2. it's a sales tax, not income tax. your income in the example above is $120, not $126. Separate filing for both. You may also have a B&O tax to pay and that DOES come out of your pocket.

4. Take a deep breath and head over to the tax dept. pick up the paperwork and educate yourself. WA state was similar. Most towns were different. Seattle you had to pay extra for the baseball stadium or something rather. Pick it up quick or you're going to get bit in the rear.

5. Pay it. Charge the customer. That's the way it goes. Don't make too much of it. It's business.


----------



## Joasis (Mar 28, 2006)

Oklahoma has proposed a "service" tax for years....so they can tax labor or services of professionals, etc. As we see government budgets come up short, we may all see variations of this stuff....and ultimately, the consumer will pay.


----------



## mechanix (Dec 10, 2008)

thanks guys for the advise I got more help then i thought i would so fast! i really appreciate it. 

ya i think im going to head to the tax office instead of trying to figure it out all alone. since there are like 10 cities in the valley that makes the phoenix area, it gets really messed up trying to figure out what i need to do when i work in whatever town. thats the biggest challenge i see. 

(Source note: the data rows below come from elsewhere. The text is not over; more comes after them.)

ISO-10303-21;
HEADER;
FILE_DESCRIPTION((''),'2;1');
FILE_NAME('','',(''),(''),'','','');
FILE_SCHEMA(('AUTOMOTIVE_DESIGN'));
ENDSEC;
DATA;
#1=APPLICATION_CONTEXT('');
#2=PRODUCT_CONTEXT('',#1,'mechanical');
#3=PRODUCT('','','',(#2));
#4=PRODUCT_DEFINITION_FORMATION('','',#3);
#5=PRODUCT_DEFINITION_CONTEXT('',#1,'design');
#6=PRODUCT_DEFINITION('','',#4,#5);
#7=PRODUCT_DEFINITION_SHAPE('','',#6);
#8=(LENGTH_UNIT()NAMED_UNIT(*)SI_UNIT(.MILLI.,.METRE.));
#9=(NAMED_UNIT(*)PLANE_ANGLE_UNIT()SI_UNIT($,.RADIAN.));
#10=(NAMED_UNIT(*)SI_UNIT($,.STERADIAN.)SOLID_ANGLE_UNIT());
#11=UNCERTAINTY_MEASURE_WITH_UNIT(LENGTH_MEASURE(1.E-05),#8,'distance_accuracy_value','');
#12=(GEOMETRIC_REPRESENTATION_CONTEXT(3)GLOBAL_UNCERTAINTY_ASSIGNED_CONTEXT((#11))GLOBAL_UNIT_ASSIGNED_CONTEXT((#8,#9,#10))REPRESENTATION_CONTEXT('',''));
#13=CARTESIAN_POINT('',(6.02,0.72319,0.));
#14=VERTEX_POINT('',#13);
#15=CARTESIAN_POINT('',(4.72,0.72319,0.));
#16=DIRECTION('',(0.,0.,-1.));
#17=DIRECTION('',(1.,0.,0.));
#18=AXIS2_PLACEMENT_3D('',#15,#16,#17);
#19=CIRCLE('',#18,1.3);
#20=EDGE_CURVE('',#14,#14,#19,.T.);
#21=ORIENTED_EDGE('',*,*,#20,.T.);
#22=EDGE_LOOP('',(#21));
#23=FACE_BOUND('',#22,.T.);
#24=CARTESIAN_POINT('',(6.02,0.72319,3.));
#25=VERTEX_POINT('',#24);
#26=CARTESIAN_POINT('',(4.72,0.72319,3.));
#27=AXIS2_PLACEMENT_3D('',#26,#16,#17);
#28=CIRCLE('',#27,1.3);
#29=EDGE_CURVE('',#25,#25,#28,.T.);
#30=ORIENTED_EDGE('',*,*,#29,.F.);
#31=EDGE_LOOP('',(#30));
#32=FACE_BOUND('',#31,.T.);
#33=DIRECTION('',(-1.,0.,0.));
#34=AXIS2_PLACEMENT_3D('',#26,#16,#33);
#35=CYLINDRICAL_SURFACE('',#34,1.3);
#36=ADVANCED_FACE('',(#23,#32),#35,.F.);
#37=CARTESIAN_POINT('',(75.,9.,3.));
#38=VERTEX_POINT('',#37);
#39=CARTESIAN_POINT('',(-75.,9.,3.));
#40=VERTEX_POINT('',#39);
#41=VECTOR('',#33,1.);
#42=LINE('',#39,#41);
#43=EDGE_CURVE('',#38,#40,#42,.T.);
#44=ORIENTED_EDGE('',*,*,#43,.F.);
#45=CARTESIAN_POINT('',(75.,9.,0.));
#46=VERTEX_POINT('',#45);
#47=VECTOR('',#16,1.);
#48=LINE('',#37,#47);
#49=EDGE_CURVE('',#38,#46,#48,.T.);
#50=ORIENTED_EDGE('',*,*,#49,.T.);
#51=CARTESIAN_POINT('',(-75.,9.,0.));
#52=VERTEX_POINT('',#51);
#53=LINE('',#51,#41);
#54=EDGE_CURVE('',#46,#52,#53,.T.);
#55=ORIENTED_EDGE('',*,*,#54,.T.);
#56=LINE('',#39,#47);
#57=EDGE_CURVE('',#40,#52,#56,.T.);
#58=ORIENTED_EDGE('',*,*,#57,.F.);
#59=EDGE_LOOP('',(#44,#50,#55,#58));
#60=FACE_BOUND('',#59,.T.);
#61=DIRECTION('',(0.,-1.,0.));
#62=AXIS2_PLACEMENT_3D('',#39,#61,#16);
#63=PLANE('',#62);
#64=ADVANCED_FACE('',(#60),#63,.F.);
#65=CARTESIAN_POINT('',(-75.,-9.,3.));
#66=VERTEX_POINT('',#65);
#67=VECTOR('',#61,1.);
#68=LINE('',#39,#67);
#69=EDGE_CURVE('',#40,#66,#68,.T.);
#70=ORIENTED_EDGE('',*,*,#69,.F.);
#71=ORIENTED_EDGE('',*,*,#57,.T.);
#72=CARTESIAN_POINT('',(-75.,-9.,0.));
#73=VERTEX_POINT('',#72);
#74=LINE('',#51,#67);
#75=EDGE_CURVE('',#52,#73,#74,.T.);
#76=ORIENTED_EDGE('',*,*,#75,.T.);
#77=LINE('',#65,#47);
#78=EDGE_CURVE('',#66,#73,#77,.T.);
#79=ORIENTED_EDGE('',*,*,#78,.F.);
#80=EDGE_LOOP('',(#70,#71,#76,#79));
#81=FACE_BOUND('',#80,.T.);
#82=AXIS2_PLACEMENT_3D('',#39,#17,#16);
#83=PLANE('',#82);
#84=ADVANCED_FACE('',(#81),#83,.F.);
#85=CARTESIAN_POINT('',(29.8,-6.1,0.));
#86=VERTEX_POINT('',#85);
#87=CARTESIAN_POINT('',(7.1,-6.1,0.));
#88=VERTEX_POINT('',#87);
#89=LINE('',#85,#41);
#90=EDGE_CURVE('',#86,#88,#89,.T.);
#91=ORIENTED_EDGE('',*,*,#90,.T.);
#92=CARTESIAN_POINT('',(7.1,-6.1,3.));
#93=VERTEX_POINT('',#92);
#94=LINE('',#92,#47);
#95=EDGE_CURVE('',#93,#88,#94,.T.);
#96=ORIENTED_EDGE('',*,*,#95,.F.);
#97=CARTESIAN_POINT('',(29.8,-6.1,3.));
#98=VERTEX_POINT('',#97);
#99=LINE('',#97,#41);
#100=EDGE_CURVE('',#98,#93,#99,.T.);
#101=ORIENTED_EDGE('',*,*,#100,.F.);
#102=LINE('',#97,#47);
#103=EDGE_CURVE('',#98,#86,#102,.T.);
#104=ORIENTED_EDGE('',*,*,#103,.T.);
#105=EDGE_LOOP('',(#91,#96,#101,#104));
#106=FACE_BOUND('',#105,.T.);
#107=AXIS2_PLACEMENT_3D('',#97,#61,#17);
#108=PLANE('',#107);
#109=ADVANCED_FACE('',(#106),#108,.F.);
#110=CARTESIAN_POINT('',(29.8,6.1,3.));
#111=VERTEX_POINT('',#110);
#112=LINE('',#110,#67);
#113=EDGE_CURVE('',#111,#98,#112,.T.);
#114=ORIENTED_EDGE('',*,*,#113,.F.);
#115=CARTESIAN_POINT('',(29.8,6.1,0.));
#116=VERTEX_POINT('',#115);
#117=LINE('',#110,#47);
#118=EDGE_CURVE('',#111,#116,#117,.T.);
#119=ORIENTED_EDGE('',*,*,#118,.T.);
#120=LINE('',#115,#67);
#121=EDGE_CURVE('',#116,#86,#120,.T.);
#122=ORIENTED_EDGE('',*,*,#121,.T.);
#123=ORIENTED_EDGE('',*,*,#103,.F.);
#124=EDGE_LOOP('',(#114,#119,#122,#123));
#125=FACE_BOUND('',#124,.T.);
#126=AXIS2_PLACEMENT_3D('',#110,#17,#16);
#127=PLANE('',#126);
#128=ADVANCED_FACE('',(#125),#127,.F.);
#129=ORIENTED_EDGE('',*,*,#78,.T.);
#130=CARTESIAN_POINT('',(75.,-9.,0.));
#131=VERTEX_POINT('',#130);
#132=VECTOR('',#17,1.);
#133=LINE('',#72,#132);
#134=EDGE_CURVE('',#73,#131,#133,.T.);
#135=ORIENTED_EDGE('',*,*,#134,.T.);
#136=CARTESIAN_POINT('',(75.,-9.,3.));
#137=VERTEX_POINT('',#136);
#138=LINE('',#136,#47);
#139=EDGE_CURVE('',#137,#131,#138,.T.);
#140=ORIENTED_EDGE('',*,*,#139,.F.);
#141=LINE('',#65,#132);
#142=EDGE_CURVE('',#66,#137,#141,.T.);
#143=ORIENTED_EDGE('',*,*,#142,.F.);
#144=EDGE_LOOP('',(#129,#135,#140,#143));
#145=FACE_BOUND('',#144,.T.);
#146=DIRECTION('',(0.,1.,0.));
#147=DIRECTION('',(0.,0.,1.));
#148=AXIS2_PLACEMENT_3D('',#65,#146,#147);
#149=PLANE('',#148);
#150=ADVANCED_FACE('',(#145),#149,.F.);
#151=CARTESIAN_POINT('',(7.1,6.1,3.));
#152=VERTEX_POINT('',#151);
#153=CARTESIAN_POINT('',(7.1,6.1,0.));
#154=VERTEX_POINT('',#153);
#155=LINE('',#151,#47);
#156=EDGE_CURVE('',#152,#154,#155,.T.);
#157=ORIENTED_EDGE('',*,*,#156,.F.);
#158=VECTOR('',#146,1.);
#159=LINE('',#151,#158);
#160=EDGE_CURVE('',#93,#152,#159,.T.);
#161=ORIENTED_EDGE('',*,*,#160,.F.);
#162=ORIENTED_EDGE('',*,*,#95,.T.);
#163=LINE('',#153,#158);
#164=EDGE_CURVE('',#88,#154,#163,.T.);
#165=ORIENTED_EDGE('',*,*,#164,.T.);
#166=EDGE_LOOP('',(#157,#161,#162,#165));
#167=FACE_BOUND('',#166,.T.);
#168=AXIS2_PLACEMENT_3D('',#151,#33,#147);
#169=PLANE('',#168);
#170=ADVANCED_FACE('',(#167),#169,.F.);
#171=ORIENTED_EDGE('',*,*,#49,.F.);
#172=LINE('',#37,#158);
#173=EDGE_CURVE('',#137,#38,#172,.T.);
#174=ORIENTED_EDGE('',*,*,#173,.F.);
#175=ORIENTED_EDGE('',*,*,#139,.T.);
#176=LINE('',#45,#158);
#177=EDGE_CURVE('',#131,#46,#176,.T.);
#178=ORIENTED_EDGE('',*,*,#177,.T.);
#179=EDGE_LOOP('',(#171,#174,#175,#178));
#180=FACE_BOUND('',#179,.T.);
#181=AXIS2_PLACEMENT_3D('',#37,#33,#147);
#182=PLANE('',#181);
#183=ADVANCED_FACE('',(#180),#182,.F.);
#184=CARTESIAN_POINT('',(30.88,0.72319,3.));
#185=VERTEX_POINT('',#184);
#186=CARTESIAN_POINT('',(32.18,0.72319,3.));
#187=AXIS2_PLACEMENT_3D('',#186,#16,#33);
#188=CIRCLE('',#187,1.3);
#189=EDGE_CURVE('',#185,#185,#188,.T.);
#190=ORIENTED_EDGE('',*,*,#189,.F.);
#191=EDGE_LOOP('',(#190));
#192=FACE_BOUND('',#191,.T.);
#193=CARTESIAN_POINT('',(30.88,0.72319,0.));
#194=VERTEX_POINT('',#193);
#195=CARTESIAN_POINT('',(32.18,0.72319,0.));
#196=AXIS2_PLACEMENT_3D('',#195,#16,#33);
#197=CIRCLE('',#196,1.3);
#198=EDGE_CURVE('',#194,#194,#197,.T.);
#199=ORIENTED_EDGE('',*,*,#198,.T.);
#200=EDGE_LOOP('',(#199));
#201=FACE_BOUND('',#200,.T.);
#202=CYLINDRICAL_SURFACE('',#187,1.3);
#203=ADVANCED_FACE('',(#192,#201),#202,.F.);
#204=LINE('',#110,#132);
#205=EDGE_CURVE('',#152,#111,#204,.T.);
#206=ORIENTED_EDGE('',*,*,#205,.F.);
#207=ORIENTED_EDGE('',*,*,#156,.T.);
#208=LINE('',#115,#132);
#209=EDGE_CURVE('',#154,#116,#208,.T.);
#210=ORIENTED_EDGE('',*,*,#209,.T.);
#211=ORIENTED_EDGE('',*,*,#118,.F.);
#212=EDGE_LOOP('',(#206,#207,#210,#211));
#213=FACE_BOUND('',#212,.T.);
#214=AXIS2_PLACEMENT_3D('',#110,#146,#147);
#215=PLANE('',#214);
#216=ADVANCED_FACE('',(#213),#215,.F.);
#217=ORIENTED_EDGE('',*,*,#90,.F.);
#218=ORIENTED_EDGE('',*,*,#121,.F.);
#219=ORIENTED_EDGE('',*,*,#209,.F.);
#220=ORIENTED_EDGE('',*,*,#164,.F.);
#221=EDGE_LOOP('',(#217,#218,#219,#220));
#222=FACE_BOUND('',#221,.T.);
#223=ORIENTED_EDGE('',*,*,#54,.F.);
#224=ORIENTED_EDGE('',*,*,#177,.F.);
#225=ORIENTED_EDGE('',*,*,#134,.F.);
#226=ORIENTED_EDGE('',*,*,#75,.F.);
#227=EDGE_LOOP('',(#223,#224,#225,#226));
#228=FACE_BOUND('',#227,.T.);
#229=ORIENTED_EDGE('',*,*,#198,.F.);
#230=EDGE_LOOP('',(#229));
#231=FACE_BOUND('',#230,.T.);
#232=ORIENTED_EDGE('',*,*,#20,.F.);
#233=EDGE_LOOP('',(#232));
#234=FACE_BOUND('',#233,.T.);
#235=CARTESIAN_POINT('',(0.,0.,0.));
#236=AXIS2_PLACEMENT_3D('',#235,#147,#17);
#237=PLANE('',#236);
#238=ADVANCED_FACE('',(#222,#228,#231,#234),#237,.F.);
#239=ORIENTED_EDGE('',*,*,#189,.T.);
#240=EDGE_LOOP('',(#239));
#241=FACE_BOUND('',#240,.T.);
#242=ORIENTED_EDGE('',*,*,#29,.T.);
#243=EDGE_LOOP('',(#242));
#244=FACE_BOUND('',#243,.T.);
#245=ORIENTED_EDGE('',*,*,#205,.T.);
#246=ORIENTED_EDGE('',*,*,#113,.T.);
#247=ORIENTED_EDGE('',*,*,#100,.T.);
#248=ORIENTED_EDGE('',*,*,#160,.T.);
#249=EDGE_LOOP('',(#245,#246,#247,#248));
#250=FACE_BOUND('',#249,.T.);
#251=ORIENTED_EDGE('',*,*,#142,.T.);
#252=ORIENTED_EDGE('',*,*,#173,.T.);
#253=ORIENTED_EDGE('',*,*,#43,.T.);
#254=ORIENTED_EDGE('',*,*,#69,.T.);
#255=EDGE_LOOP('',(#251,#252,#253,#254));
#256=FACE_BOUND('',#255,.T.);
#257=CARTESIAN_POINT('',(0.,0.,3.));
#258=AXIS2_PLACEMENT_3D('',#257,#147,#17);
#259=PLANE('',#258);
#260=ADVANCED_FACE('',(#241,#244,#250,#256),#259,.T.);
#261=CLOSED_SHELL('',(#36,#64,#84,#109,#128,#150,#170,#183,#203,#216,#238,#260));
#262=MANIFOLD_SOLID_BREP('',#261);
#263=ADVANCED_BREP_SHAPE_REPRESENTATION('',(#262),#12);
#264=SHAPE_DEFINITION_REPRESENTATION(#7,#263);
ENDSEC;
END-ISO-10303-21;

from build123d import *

# Parameters (mm, degrees)
SKETCH1_W           = 150
SKETCH1_H           = 18
BOSS_EXTRUDE1_DEPTH = 3
SKETCH2_W           = 22.7
SKETCH2_H           = 12.2
CUT_EXTRUDE1_DEPTH  = 3
SKETCH3_R           = 1.2
BOSS_EXTRUDE2_DEPTH = 3
SKETCH4_R           = 1.3
CUT_EXTRUDE2_DEPTH  = 3


with BuildPart() as part:
    # Sketch1 → Boss-Extrude1 (new body)
    with BuildSketch(Plane.XY):
        Rectangle(SKETCH1_W, SKETCH1_H)
    extrude(amount=BOSS_EXTRUDE1_DEPTH)

    # Sketch2 → Cut-Extrude1 (cut)
    with BuildSketch(Plane(origin=(0, 0, 0), x_dir=(-1, 0, 0), z_dir=(0, 0, -1))):
        with Locations((-18.45, 0)):
            Rectangle(SKETCH2_W, SKETCH2_H)
    extrude(amount=-CUT_EXTRUDE1_DEPTH, mode=Mode.SUBTRACT)

    # Sketch3 → Boss-Extrude2 (add)
    with BuildSketch(Plane.XY.offset(3)):
        with Locations((32.175, 0.1)):
            Circle(SKETCH3_R)
    extrude(amount=-BOSS_EXTRUDE2_DEPTH)

    # Sketch4 → Cut-Extrude2 (cut)
    with BuildSketch(Plane(origin=(0, 0, 0), x_dir=(-1, 0, 0), z_dir=(0, 0, -1))):
        with Locations((-32.18, 0.723190071)):
            Circle(SKETCH4_R)
        with Locations(Location((-4.72, 0.723190071, 0), (0, 0, 180))):
            Circle(SKETCH4_R)
    extrude(amount=-CUT_EXTRUDE2_DEPTH, mode=Mode.SUBTRACT)


solid = part.part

another challenge is when i have small jobs why should I say anything? do state officials audit and compare things with your federal taxes? i mean, ive never heard of state sales tax audits on the small guys... but i could be wrong. it is good advise not to skirt the issue.... this one just seems like im being punished for having my license. may as well be a handyman without having this licence. but i already took the testing required and it seems maybe ill get more business being licenced and bonded.... i dont know i guess ill just do it and see what happens.


----------



## SLSTech (Sep 13, 2008)

Mechanix - you might want to rethink that third paragraph & delete it


----------